● **Data for analysis**
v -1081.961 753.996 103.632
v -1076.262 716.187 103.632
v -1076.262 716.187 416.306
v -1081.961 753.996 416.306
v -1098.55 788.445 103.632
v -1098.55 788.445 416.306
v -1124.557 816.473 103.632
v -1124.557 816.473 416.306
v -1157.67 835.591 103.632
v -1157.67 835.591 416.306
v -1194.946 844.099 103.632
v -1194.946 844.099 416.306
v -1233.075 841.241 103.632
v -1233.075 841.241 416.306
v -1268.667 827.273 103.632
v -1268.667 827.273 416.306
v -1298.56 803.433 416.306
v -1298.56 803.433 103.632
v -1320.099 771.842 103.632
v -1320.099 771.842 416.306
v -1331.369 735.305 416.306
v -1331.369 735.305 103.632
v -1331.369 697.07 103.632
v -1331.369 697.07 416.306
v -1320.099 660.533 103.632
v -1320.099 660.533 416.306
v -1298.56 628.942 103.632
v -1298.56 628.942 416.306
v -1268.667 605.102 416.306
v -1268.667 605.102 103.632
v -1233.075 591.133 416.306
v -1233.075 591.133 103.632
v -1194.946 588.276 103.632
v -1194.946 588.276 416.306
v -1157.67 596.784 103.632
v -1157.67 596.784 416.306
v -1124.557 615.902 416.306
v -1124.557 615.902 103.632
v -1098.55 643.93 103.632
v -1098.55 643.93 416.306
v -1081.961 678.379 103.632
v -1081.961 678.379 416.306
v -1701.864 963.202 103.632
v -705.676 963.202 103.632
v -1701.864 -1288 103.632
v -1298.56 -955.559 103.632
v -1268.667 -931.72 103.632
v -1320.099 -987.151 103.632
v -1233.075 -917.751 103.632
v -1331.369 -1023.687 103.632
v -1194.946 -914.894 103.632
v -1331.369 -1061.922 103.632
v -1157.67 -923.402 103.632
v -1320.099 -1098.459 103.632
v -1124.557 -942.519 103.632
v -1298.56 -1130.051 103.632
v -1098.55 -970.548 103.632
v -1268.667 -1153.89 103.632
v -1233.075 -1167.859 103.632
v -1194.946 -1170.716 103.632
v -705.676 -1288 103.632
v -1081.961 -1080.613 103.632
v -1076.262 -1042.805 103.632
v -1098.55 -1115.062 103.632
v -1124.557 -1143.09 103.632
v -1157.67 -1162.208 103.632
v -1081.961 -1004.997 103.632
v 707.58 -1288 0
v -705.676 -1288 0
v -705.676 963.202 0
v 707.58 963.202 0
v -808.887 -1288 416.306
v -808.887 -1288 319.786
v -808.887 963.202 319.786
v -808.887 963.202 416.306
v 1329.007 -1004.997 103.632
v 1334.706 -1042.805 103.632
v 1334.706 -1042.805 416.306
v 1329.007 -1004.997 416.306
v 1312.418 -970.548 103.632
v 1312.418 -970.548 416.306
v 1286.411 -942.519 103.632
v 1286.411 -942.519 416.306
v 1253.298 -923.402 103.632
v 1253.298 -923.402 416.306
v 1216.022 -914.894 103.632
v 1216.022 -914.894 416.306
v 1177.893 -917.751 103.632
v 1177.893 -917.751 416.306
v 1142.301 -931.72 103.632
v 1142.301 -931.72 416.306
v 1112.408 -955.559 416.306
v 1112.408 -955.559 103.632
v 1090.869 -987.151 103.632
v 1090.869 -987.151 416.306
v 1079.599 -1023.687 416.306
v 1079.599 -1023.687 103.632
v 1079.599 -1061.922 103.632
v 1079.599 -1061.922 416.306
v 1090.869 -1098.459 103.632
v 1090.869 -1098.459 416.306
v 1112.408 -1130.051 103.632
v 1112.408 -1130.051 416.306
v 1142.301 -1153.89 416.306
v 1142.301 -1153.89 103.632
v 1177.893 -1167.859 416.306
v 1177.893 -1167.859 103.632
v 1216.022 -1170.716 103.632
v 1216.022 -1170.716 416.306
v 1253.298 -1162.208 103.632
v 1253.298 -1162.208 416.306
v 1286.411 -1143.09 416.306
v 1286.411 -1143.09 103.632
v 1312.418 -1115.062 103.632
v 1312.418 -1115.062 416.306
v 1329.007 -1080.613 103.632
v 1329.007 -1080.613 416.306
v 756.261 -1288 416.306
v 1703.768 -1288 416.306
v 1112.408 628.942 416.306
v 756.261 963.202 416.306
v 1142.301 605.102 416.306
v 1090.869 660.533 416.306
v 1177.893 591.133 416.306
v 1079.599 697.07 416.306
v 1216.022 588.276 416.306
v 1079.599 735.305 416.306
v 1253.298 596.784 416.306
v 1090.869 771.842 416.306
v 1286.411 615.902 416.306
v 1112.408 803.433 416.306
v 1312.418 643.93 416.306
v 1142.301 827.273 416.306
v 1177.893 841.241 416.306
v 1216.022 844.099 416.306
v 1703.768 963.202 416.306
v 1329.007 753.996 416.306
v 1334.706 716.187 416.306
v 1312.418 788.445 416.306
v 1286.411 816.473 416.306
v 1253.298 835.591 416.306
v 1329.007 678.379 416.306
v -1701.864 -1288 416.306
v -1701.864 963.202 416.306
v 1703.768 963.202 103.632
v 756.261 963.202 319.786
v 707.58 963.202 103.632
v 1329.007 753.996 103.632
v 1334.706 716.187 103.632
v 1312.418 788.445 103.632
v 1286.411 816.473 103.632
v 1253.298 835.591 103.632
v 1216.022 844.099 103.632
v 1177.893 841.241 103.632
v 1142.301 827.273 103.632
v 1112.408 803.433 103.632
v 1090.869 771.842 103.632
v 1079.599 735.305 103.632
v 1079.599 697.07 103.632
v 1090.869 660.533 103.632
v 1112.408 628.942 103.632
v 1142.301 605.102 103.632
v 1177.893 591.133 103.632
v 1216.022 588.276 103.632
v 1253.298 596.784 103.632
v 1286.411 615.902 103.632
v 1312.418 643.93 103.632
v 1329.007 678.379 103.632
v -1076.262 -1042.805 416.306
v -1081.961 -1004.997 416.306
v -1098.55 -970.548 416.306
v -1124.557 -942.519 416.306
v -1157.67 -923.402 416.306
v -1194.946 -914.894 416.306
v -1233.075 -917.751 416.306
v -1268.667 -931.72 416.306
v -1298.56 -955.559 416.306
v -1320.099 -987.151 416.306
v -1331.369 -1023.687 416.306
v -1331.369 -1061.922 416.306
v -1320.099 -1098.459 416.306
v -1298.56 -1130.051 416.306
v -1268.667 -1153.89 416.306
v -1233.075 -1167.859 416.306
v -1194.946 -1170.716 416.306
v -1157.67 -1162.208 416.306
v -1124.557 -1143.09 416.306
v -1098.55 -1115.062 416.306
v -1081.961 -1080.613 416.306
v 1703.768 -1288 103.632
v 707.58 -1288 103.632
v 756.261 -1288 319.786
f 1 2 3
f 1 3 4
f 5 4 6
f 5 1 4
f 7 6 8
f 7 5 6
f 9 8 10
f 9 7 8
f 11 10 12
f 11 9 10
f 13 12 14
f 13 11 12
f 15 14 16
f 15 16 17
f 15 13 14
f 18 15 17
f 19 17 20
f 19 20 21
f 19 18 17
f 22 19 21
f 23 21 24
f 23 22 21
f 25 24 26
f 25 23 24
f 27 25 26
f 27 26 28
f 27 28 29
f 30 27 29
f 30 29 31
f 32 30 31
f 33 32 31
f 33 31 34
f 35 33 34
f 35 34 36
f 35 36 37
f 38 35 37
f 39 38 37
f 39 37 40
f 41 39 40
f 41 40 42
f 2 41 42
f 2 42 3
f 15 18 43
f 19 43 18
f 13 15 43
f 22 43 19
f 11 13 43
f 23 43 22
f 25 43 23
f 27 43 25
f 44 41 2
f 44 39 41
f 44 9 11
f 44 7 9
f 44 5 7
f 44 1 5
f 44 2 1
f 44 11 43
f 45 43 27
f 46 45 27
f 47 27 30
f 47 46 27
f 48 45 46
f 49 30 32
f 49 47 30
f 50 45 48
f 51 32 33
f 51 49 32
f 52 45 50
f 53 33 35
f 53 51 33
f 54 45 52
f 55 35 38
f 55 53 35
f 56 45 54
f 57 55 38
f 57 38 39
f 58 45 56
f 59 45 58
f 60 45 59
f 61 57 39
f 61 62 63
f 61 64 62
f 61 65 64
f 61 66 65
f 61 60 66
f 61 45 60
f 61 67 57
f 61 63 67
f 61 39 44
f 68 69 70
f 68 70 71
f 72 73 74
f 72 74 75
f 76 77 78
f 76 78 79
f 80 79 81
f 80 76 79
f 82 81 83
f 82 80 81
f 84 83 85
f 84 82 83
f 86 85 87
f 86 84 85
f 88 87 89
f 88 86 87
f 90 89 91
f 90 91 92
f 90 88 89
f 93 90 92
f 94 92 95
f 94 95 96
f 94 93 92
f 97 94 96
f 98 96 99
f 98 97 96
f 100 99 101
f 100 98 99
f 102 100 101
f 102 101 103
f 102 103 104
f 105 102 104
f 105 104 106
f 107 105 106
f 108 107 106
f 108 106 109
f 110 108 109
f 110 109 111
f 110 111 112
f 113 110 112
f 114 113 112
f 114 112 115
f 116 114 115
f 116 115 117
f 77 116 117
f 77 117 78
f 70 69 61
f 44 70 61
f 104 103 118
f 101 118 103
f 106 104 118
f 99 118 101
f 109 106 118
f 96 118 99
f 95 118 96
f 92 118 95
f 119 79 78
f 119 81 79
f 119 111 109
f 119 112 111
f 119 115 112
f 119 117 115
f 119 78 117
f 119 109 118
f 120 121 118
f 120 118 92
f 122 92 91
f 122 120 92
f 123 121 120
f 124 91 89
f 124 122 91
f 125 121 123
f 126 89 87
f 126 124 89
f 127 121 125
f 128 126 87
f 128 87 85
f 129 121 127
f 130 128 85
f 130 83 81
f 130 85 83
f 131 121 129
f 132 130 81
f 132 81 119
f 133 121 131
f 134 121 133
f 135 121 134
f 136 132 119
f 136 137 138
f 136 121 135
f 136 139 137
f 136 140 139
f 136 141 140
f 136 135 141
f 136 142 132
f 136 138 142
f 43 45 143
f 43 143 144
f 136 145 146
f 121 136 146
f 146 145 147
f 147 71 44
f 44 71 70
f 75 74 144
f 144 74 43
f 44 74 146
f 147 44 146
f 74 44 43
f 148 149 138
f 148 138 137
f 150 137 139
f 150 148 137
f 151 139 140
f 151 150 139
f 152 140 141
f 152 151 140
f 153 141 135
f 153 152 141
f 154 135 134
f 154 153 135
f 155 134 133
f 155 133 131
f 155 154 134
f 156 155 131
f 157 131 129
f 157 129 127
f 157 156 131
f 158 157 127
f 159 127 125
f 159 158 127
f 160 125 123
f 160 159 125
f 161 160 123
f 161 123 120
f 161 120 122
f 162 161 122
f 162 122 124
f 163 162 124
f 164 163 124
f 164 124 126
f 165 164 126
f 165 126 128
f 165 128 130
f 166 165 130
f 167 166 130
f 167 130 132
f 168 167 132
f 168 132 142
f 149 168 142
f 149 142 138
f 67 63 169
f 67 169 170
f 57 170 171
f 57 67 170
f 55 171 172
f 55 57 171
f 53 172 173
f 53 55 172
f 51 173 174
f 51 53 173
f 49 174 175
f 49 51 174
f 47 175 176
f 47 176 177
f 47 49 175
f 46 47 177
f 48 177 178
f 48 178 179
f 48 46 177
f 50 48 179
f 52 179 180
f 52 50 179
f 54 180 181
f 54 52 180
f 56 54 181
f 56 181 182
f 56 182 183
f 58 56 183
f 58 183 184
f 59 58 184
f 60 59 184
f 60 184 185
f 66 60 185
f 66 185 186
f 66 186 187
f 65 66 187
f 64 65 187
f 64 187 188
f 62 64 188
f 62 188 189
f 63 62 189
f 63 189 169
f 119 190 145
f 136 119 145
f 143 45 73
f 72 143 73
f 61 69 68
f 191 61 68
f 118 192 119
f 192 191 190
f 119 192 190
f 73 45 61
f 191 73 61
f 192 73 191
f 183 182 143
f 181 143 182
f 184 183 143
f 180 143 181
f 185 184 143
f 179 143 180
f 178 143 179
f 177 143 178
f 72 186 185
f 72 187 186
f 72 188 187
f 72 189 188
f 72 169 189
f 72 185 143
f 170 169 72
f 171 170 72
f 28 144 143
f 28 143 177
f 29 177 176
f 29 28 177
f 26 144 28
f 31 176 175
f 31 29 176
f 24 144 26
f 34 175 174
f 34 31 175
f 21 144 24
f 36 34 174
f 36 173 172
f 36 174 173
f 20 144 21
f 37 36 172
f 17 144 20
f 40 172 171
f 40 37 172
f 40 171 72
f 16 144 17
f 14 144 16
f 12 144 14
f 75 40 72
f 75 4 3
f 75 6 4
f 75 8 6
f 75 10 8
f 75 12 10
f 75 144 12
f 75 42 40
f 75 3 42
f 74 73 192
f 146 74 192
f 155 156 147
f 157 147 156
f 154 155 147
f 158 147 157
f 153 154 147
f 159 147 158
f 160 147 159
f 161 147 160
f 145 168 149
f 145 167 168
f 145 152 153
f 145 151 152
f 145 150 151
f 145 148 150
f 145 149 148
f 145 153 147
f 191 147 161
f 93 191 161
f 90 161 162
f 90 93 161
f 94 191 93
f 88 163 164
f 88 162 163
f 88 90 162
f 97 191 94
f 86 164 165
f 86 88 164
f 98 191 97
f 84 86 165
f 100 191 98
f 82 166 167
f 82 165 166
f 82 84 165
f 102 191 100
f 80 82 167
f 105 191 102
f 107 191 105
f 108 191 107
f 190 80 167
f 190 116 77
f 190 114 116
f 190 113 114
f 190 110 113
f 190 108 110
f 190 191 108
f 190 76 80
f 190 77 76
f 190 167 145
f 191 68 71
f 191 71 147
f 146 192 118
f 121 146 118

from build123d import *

# Parameters (mm, degrees)
F0_W     = 994.664
F0_H     = 2251.202
F0_R     = 128.27
F0_W_2   = 1416.304
F1_DEPTH = 416.306
F2_W     = 1565.148
F2_H     = 96.52
F2_W_2   = 996.188
F2_H_2   = 103.632
F3_DEPTH = 2540


with BuildPart() as f1:
    # F0 (on Top) → F1 (new body)
    with BuildSketch(Plane.XY):
        with Locations((-1204.531931, -162.398902)):
            Rectangle(F0_W, F0_H)
        with Locations((-1204.531931, -1042.804837)):
            Circle(F0_R, mode=Mode.SUBTRACT)
        with Locations((-1204.531931, 716.187477)):
            Circle(F0_R, mode=Mode.SUBTRACT)
        with Locations((0.952069, -162.398902)):
            Rectangle(F0_W_2, F0_H)
        with Locations((1206.436069, -162.398902)):
            Rectangle(F0_W, F0_H)
        with Locations((1206.436069, -1042.804837)):
            Circle(F0_R, mode=Mode.SUBTRACT)
        with Locations((1206.436069, 716.187477)):
            Circle(F0_R, mode=Mode.SUBTRACT)
    extrude(amount=F1_DEPTH)

    # F2 (on face) → F3 (cut)
    with BuildSketch(Plane.XZ.offset(1287.999902)):
        with Locations((-26.313184, 368.046)):
            Rectangle(F2_W, F2_H)
        with Locations((-1203.769931, 51.816)):
            Rectangle(F2_W_2, F2_H_2)
        with Locations((1205.674069, 51.816)):
            Rectangle(F2_W_2, F2_H_2)
    extrude(amount=-F3_DEPTH, mode=Mode.SUBTRACT)


solid = f1.part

● **What you have to do**
Transcribe the records from their first line. Stop after the line with "v -705.676 -1288 0", including it.

● **Result for this exercise**
v -1081.961 753.996 103.632
v -1076.262 716.187 103.632
v -1076.262 716.187 416.306
v -1081.961 753.996 416.306
v -1098.55 788.445 103.632
v -1098.55 788.445 416.306
v -1124.557 816.473 103.632
v -1124.557 816.473 416.306
v -1157.67 835.591 103.632
v -1157.67 835.591 416.306
v -1194.946 844.099 103.632
v -1194.946 844.099 416.306
v -1233.075 841.241 103.632
v -1233.075 841.241 416.306
v -1268.667 827.273 103.632
v -1268.667 827.273 416.306
v -1298.56 803.433 416.306
v -1298.56 803.433 103.632
v -1320.099 771.842 103.632
v -1320.099 771.842 416.306
v -1331.369 735.305 416.306
v -1331.369 735.305 103.632
v -1331.369 697.07 103.632
v -1331.369 697.07 416.306
v -1320.099 660.533 103.632
v -1320.099 660.533 416.306
v -1298.56 628.942 103.632
v -1298.56 628.942 416.306
v -1268.667 605.102 416.306
v -1268.667 605.102 103.632
v -1233.075 591.133 416.306
v -1233.075 591.133 103.632
v -1194.946 588.276 103.632
v -1194.946 588.276 416.306
v -1157.67 596.784 103.632
v -1157.67 596.784 416.306
v -1124.557 615.902 416.306
v -1124.557 615.902 103.632
v -1098.55 643.93 103.632
v -1098.55 643.93 416.306
v -1081.961 678.379 103.632
v -1081.961 678.379 416.306
v -1701.864 963.202 103.632
v -705.676 963.202 103.632
v -1701.864 -1288 103.632
v -1298.56 -955.559 103.632
v -1268.667 -931.72 103.632
v -1320.099 -987.151 103.632
v -1233.075 -917.751 103.632
v -1331.369 -1023.687 103.632
v -1194.946 -914.894 103.632
v -1331.369 -1061.922 103.632
v -1157.67 -923.402 103.632
v -1320.099 -1098.459 103.632
v -1124.557 -942.519 103.632
v -1298.56 -1130.051 103.632
v -1098.55 -970.548 103.632
v -1268.667 -1153.89 103.632
v -1233.075 -1167.859 103.632
v -1194.946 -1170.716 103.632
v -705.676 -1288 103.632
v -1081.961 -1080.613 103.632
v -1076.262 -1042.805 103.632
v -1098.55 -1115.062 103.632
v -1124.557 -1143.09 103.632
v -1157.67 -1162.208 103.632
v -1081.961 -1004.997 103.632
v 707.58 -1288 0
v -705.676 -1288 0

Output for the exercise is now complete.